Other Ecommerce Options
Along with WordPress/WooCommerce, you have the options of Magento, Shopify and BigCommerce to choose from for your Ecommerce site. Magento is great in that it’s an open source platform, which means the code is easily customisable. Magento is nowhere near as user-friendly though, so you’ll definitely want to enlist the help of a Magento web developer.
Source: https://enlyft.com/tech/products/woocommerce
Shopify and BigCommerce are robust Ecommerce platforms too, but these are integrated systems and you find yourself at their mercy if they decide to increase their fees. They’re also not very customisable and often not very SEO friendly.
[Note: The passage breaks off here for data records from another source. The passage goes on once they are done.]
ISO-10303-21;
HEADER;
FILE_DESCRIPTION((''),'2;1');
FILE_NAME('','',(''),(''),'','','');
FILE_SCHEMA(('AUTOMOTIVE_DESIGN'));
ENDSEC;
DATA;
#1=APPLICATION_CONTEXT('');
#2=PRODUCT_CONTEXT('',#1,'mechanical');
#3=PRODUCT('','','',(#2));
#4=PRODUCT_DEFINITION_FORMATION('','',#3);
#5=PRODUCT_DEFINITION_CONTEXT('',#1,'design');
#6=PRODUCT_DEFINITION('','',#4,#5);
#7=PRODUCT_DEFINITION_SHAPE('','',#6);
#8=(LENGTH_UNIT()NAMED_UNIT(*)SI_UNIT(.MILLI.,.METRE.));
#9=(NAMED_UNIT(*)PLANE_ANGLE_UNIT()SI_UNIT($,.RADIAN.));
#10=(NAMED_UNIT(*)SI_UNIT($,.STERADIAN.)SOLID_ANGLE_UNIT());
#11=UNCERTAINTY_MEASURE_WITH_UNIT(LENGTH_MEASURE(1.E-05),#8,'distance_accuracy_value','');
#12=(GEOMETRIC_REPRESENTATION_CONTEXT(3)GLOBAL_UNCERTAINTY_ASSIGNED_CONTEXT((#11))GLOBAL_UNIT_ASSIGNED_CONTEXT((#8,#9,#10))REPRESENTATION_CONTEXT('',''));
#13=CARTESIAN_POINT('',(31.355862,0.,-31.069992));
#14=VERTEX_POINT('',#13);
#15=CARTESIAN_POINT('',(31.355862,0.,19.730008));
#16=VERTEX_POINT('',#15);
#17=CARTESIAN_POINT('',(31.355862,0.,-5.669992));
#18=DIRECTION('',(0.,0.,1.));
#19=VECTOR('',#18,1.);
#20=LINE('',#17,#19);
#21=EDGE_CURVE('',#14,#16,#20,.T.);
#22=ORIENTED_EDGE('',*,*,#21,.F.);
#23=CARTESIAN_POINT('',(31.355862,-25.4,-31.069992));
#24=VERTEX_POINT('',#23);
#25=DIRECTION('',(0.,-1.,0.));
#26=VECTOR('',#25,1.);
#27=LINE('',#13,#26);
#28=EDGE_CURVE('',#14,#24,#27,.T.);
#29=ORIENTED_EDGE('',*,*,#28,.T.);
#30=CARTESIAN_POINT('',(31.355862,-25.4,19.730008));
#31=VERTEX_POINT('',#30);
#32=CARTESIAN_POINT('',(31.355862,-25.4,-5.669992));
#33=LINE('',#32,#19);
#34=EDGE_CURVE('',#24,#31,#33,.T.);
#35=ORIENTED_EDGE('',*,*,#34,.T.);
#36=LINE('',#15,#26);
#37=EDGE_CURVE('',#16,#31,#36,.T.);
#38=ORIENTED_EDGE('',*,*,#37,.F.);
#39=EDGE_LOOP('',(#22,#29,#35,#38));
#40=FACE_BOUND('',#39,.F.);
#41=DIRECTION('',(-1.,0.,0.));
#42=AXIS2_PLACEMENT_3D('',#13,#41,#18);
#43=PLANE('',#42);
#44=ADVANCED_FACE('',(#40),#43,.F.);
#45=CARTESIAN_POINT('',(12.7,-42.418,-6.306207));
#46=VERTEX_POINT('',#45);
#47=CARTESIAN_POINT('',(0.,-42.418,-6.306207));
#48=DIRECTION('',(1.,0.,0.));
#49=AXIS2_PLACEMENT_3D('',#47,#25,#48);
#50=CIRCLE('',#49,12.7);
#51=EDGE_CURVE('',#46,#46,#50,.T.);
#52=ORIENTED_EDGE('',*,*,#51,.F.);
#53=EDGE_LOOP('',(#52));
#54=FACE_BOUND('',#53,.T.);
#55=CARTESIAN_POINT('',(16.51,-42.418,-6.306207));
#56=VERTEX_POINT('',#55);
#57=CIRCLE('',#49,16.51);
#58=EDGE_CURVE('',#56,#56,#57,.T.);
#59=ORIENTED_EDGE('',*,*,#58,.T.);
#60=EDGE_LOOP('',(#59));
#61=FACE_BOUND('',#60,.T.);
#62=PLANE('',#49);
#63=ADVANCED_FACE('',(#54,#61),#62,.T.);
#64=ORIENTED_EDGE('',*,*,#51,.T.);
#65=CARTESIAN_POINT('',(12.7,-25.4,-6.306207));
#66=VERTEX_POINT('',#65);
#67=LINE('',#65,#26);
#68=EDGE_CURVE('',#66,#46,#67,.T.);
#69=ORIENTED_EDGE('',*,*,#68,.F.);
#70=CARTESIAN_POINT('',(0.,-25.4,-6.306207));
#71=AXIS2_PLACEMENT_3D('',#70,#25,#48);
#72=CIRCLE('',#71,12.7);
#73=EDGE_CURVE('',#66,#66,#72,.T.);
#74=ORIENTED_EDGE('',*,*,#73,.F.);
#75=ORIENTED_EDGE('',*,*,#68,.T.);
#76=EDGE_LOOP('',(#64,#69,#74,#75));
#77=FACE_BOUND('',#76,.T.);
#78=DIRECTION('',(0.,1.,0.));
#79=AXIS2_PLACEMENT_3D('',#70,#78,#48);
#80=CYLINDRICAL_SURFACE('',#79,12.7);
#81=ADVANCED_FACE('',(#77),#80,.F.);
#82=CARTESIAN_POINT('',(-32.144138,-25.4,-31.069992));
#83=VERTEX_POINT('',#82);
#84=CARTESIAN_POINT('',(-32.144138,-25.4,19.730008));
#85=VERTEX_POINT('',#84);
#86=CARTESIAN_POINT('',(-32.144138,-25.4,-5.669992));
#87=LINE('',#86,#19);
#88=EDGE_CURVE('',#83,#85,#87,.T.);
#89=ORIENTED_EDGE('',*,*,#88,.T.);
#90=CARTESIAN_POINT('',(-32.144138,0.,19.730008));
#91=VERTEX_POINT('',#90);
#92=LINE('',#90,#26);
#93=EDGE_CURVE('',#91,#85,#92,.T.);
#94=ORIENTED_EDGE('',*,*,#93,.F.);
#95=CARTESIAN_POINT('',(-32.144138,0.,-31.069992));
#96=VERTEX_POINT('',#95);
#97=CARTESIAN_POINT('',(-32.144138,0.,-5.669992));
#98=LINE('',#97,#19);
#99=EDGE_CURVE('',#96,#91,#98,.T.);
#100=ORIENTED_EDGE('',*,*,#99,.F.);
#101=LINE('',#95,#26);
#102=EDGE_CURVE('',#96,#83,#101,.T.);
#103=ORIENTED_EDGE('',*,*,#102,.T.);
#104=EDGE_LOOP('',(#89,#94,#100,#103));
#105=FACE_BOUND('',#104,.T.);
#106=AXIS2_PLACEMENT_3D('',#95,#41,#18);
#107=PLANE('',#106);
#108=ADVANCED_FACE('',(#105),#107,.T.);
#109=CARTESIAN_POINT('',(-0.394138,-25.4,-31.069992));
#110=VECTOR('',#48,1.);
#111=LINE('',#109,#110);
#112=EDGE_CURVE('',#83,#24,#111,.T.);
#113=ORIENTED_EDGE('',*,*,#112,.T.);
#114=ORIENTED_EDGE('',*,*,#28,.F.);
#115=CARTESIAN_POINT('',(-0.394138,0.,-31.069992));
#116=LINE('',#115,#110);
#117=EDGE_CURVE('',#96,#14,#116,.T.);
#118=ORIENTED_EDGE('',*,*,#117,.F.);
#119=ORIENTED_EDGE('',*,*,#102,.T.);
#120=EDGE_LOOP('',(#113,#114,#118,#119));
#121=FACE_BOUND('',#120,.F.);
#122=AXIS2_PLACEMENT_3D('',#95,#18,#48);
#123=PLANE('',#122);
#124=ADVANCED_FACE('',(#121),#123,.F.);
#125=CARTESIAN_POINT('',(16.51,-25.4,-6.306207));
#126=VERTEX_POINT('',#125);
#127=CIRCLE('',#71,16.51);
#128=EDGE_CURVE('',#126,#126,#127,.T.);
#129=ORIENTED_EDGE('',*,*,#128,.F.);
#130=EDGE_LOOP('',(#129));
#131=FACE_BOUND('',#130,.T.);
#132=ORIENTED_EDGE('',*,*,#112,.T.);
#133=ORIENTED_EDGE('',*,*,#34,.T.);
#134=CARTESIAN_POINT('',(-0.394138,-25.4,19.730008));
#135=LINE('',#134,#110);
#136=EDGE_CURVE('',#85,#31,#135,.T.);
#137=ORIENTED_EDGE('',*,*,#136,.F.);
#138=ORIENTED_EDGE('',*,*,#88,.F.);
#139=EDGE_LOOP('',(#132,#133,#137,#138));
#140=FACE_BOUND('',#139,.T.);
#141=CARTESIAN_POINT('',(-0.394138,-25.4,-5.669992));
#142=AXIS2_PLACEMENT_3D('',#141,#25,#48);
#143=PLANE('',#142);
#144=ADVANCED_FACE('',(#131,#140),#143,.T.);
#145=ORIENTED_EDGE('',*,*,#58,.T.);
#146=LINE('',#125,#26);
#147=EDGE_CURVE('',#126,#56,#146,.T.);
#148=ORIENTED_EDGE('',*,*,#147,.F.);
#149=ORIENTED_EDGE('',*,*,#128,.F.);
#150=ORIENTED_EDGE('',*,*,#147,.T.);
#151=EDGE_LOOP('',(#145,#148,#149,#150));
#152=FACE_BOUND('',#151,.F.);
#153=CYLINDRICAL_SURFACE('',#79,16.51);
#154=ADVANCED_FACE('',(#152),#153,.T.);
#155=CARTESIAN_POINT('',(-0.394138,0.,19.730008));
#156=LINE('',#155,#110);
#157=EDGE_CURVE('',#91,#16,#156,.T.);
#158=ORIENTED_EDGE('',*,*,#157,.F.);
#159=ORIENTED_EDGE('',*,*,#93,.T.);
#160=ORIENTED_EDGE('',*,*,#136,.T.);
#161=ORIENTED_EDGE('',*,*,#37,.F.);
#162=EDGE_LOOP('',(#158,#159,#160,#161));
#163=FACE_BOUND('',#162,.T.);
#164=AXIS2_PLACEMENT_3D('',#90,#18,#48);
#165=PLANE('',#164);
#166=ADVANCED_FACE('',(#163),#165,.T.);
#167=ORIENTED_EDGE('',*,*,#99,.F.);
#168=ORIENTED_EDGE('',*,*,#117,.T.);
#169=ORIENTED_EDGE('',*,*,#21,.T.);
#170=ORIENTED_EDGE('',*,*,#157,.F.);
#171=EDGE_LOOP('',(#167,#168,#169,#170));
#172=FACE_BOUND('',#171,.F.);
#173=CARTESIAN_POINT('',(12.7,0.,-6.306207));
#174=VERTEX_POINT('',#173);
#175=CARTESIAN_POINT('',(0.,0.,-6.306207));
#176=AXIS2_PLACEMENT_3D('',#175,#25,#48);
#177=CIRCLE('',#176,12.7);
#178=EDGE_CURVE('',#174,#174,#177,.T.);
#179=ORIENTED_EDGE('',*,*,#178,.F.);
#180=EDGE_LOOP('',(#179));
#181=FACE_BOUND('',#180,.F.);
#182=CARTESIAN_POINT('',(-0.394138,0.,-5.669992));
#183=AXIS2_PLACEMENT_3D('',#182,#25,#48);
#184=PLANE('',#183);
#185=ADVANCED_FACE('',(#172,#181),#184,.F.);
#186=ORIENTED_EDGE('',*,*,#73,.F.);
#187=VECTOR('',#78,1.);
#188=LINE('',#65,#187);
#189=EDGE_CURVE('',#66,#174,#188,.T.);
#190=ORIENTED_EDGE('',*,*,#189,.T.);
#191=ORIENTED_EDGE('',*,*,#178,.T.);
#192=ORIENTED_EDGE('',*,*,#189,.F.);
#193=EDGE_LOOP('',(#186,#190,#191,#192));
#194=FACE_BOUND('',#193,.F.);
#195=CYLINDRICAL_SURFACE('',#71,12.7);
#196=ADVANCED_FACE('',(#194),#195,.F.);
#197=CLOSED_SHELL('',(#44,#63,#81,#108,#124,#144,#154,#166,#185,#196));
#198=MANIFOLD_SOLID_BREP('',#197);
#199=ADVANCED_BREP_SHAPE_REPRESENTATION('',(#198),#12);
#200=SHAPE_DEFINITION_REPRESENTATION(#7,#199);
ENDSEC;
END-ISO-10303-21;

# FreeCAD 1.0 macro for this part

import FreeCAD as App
import Part
import Sketcher
from FreeCAD import Vector
Q = App.Units.Quantity


def add_polygon(sketch, points):
    """Adds a closed chain of lines whose ends are joined by coincident constraints."""
    first, n = sketch.GeometryCount, len(points)
    for a, b in zip(points, points[1:] + points[:1]):
        sketch.addGeometry(Part.LineSegment(App.Vector(*a, 0), App.Vector(*b, 0)), False)
    for i in range(n):
        sketch.addConstraint(Sketcher.Constraint("Coincident", first + i, 2, first + (i + 1) % n, 1))

doc = App.newDocument("Part")
body = doc.addObject("PartDesign::Body", "Body")

# Sketch on XZ plane
sketch1 = body.newObject("Sketcher::SketchObject", "Sketch")
sketch1.AttachmentSupport = (doc.getObject("XZ_Plane"), [""])
sketch1.MapMode = "FlatFace"
add_polygon(sketch1, [(-32, 20), (-32, -31), (31, -31), (31, 20)])  # lines 0-3
sketch1.addConstraint(Sketcher.Constraint("Vertical", 0))
sketch1.addConstraint(Sketcher.Constraint("Horizontal", 1))
sketch1.addConstraint(Sketcher.Constraint("Vertical", 2))
sketch1.addConstraint(Sketcher.Constraint("Horizontal", 3))
sketch1.addConstraint(Sketcher.Constraint("DistanceY", 0, 2, 0, 1, Q("2 in")))
sketch1.addConstraint(Sketcher.Constraint("DistanceX", 1, 1, 1, 2, Q("2.5 in")))
sketch1.addConstraint(Sketcher.Constraint("DistanceY", 0, 2, -1, 1, Q("31.069992 mm")))
sketch1.addConstraint(Sketcher.Constraint("DistanceX", 0, 2, -1, 1, Q("32.144138 mm")))
pad1 = body.newObject("PartDesign::Pad", "Pad")
pad1.Profile = sketch1
pad1.Length = Q("1 in")

# Sketch on XZ plane
sketch2 = body.newObject("Sketcher::SketchObject", "Sketch001")
sketch2.AttachmentSupport = (doc.getObject("XZ_Plane"), [""])
sketch2.MapMode = "FlatFace"
sketch2.AttachmentOffset = App.Placement(Vector(0, 0, 1 * 25.4), App.Rotation())
sketch2.addGeometry(Part.Circle(Vector(0, -6, 0), Vector(0, 0, 1), 13), False)
sketch2.addConstraint(Sketcher.Constraint("PointOnObject", 0, 3, -2))
sketch2.addConstraint(Sketcher.Constraint("Diameter", 0, Q("1 in")))
sketch2.addConstraint(Sketcher.Constraint("DistanceY", 0, 3, -1, 1, Q("6.306207 mm")))
pocket1 = body.newObject("PartDesign::Pocket", "Pocket")
pocket1.Profile = sketch2
pocket1.Type = "ThroughAll"

# Sketch on XZ plane
sketch3 = body.newObject("Sketcher::SketchObject", "Sketch002")
sketch3.AttachmentSupport = (doc.getObject("XZ_Plane"), [""])
sketch3.MapMode = "FlatFace"
sketch3.AttachmentOffset = App.Placement(Vector(0, 0, 1 * 25.4), App.Rotation())
sketch3.addGeometry(Part.Circle(Vector(0, -6, 0), Vector(0, 0, 1), 17), False)
sketch3.addGeometry(Part.Circle(Vector(0, -6, 0), Vector(0, 0, 1), 13), False)
sketch3.addConstraint(Sketcher.Constraint("Coincident", 1, 3, 0, 3))
sketch3.addConstraint(Sketcher.Constraint("PointOnObject", 0, 3, -2))
sketch3.addConstraint(Sketcher.Constraint("Diameter", 1, Q("1 in")))
sketch3.addConstraint(Sketcher.Constraint("Diameter", 0, Q("1.3 in")))
sketch3.addConstraint(Sketcher.Constraint("DistanceY", 0, 3, -1, 1, Q("6.306207 mm")))
pad2 = body.newObject("PartDesign::Pad", "Pad001")
pad2.Profile = sketch3
pad2.Length = Q("0.67 in")

doc.recompute()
That’s not good for business.
What about a custom build?
In a Custom build the developer doesn’t use an off the shelf platform like WordPress or Magento, but instead builds the site from scratch and codes the entire thing themselves:
Pros
- You can get exactly what you want
Cons:
- More expensive usually
- You’re locked in with that developer, new developers will invariably declare it needs to be rebuilt
- No guarantee that their code is best practice, efficient and optimised/organised
- Every little change would cost money whereas off the shelf systems use plugins or extensions
- No official support, upgrades, patches etc
- No guarantees about SEO friendliness.
Conclusion
The answer to the initial question is yes, WordPress combined with WooCommerce and dedicated WordPress hosting is suitable for large scale Ecommerce websites, with loads of products and high traffic numbers. It’s still recommended to consult with, and have a web developer create the site for you.
Magento is an excellent alternative, but is more expensive and definitely requires the help of a Magento expert.
Both Magento and WooCommerce are well-suited to large scale Ecommerce websites.